Dark Matter in the Local Group of Galaxies

TL;DR

This paper investigates the possibility that neutrinos form a condensed neutrino object (CNO) acting as dark matter in the Local Group, estimating its properties and suggesting upcoming experiments could confirm or refute this hypothesis.

Contribution

It introduces a novel application of Monte Carlo methods to estimate a neutrino-based dark matter structure in the Local Group, linking neutrino properties to galactic dynamics.

Findings

Estimated CNO mass: 5.17x10^15 solar masses

CNO radius: 1.316 Mpc

Neutrino mass: approximately 0.8 eV/c^2

Abstract

We describe the neutrino flavor (e = electron, u = muon, t = tau) masses as m(i=e;u;t)= m + [Delta]mi with |[Delta]mij|/m < 1 and probably |[Delta]mij|/m << 1. The quantity m is the degenerate neutrino mass. Because neutrino flavor is not a quantum number, this degenerate mass appears in the neutrino equation of state.
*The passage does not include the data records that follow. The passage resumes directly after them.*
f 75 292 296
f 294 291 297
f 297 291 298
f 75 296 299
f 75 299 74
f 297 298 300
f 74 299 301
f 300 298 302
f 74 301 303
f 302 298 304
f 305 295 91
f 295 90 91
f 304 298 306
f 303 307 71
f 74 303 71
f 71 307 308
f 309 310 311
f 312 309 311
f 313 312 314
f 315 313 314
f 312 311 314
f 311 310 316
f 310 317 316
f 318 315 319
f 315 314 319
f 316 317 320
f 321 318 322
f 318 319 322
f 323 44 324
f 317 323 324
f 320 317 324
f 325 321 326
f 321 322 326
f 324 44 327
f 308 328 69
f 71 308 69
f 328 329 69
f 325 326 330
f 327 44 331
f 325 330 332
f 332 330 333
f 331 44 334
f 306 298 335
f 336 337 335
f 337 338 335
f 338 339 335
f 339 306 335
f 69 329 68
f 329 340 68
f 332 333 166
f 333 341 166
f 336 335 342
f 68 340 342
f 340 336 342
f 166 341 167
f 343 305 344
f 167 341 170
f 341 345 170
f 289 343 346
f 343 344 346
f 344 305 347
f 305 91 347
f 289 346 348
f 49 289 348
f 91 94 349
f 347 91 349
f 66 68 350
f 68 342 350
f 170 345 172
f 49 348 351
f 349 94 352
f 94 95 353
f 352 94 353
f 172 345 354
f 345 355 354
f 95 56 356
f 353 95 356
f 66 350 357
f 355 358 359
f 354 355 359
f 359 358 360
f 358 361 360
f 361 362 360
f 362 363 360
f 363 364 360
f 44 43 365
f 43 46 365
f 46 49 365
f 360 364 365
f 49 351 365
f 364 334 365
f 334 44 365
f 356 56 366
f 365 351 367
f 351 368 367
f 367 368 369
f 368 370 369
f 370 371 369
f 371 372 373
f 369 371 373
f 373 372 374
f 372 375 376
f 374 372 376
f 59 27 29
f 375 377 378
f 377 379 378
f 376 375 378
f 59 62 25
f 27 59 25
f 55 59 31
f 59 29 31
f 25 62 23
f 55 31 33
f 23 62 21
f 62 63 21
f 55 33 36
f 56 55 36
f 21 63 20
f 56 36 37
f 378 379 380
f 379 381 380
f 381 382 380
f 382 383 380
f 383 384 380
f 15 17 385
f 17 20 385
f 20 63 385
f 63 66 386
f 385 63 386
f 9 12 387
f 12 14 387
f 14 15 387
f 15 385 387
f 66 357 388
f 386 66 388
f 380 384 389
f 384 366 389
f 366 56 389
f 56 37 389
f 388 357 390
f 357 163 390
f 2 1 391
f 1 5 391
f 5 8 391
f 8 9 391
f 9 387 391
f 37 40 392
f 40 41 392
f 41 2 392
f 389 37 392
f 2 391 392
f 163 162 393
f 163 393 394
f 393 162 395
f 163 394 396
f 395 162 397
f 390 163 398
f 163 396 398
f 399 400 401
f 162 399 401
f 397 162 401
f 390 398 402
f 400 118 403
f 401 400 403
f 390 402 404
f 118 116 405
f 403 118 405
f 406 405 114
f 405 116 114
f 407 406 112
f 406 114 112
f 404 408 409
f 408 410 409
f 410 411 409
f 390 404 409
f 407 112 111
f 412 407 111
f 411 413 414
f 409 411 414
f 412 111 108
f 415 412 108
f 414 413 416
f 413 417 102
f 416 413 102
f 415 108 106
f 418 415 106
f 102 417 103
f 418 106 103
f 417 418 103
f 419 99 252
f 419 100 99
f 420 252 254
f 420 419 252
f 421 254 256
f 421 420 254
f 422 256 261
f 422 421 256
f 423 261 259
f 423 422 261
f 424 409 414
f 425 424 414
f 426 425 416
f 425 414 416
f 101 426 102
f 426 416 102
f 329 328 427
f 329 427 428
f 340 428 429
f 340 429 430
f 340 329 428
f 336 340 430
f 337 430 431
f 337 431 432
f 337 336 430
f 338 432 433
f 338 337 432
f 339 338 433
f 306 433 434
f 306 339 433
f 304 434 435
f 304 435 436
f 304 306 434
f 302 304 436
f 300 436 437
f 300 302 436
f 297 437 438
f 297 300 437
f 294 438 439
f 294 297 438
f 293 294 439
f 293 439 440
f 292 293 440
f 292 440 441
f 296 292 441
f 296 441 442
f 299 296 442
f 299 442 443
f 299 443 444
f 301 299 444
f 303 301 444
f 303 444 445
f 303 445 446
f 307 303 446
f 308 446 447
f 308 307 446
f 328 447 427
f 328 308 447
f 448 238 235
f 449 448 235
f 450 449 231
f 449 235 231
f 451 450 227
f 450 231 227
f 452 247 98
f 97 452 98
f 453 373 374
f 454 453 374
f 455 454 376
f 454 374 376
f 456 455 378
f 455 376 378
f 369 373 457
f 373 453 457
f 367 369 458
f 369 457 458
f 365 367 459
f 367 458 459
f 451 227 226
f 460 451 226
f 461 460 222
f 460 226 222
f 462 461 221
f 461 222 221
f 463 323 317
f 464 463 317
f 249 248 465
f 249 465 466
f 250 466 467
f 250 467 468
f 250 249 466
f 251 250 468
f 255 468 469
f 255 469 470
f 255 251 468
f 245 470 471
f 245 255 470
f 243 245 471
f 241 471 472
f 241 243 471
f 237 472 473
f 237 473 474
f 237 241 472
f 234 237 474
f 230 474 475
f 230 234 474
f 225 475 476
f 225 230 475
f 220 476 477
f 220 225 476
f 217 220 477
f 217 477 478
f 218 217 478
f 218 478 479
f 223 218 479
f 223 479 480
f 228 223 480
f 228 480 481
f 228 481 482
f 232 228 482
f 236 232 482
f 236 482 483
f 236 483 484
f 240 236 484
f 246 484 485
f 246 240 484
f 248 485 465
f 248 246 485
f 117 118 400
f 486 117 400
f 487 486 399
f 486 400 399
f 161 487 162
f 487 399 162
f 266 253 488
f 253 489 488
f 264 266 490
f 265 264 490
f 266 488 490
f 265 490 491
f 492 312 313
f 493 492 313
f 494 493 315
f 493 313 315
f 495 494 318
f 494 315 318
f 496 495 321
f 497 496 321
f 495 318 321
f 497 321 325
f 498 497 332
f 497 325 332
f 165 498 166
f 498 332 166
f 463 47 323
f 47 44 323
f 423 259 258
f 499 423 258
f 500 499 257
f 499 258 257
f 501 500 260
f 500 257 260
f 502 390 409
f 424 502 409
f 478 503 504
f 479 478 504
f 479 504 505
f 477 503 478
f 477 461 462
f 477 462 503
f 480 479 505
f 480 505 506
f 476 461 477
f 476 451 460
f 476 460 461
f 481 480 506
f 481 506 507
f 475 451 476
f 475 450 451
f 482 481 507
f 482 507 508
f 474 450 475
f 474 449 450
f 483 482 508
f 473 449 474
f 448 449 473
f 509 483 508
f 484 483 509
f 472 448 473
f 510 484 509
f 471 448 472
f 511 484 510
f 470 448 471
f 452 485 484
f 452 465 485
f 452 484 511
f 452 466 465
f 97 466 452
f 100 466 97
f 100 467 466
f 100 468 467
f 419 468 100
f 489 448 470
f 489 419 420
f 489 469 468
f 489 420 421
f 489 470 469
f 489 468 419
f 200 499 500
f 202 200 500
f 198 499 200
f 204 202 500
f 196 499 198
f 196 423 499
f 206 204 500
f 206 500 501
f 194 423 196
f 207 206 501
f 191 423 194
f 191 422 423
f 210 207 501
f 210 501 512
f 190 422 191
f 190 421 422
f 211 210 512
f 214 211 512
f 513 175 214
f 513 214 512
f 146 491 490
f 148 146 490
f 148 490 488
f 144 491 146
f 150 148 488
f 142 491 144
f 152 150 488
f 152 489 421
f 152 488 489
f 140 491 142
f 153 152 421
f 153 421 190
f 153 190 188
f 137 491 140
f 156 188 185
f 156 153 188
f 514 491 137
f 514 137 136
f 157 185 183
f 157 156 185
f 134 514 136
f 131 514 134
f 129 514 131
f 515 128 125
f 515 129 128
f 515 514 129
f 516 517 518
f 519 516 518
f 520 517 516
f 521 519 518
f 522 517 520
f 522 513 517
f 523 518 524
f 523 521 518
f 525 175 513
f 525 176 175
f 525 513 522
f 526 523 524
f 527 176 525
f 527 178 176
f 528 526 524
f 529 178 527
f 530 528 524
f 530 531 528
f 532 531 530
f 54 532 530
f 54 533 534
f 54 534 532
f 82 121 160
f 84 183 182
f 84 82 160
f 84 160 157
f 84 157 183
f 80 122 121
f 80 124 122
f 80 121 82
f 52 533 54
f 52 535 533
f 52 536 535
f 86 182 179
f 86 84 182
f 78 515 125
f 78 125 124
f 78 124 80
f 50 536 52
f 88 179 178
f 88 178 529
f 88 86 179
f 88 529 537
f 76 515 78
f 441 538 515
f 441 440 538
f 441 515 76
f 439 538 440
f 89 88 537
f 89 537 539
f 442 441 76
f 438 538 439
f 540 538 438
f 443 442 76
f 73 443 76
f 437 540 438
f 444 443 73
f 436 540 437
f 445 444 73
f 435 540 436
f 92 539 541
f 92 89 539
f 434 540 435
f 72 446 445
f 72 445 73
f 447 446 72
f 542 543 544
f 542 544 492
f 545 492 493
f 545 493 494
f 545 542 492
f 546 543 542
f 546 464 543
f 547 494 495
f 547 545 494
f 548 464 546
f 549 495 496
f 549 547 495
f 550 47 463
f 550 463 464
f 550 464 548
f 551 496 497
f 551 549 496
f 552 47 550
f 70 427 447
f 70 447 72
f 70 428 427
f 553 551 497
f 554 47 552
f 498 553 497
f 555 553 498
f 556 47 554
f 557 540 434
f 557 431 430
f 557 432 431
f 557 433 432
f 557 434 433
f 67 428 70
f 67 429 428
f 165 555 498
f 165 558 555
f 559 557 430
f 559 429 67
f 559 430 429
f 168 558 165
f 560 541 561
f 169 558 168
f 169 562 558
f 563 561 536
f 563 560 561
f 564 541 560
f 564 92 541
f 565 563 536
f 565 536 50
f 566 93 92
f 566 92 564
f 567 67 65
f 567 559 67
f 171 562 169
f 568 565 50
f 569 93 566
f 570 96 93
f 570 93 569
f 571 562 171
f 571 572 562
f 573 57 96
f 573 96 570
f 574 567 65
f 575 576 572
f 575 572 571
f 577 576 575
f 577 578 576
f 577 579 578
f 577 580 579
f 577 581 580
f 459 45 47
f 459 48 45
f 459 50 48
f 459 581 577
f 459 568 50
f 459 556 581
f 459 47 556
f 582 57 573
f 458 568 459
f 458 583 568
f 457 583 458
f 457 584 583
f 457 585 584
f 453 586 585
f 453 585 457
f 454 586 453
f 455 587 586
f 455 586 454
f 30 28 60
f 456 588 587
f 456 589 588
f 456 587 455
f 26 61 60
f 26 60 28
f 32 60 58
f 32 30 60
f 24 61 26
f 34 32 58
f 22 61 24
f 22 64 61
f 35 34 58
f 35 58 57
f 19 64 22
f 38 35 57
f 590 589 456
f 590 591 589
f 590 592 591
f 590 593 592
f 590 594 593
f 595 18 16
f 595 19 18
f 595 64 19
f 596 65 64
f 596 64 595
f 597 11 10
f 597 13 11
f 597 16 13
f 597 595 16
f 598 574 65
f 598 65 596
We apply a Monte Carlo computational physics technique to the Local Group (LG) of galaxies to determine an approximate location for a Dark Matter embedding condensed neutrino object(CNO). The calculation is based on the rotational properties of the only spiral galaxies within the LG: M31, M33 and the Milky Way. CNOs could be the Dark Matter everyone is looking for and we estimate the CNO embedding the LG to have a mass 5.17x10^15 Mo and a radius 1.316 Mpc, with the estimated value of m ~= 0.8 eV/c2. The up-coming KATRIN experiment will either be the definitive result or eliminate condensed neutrinos as a Dark Matter candidate.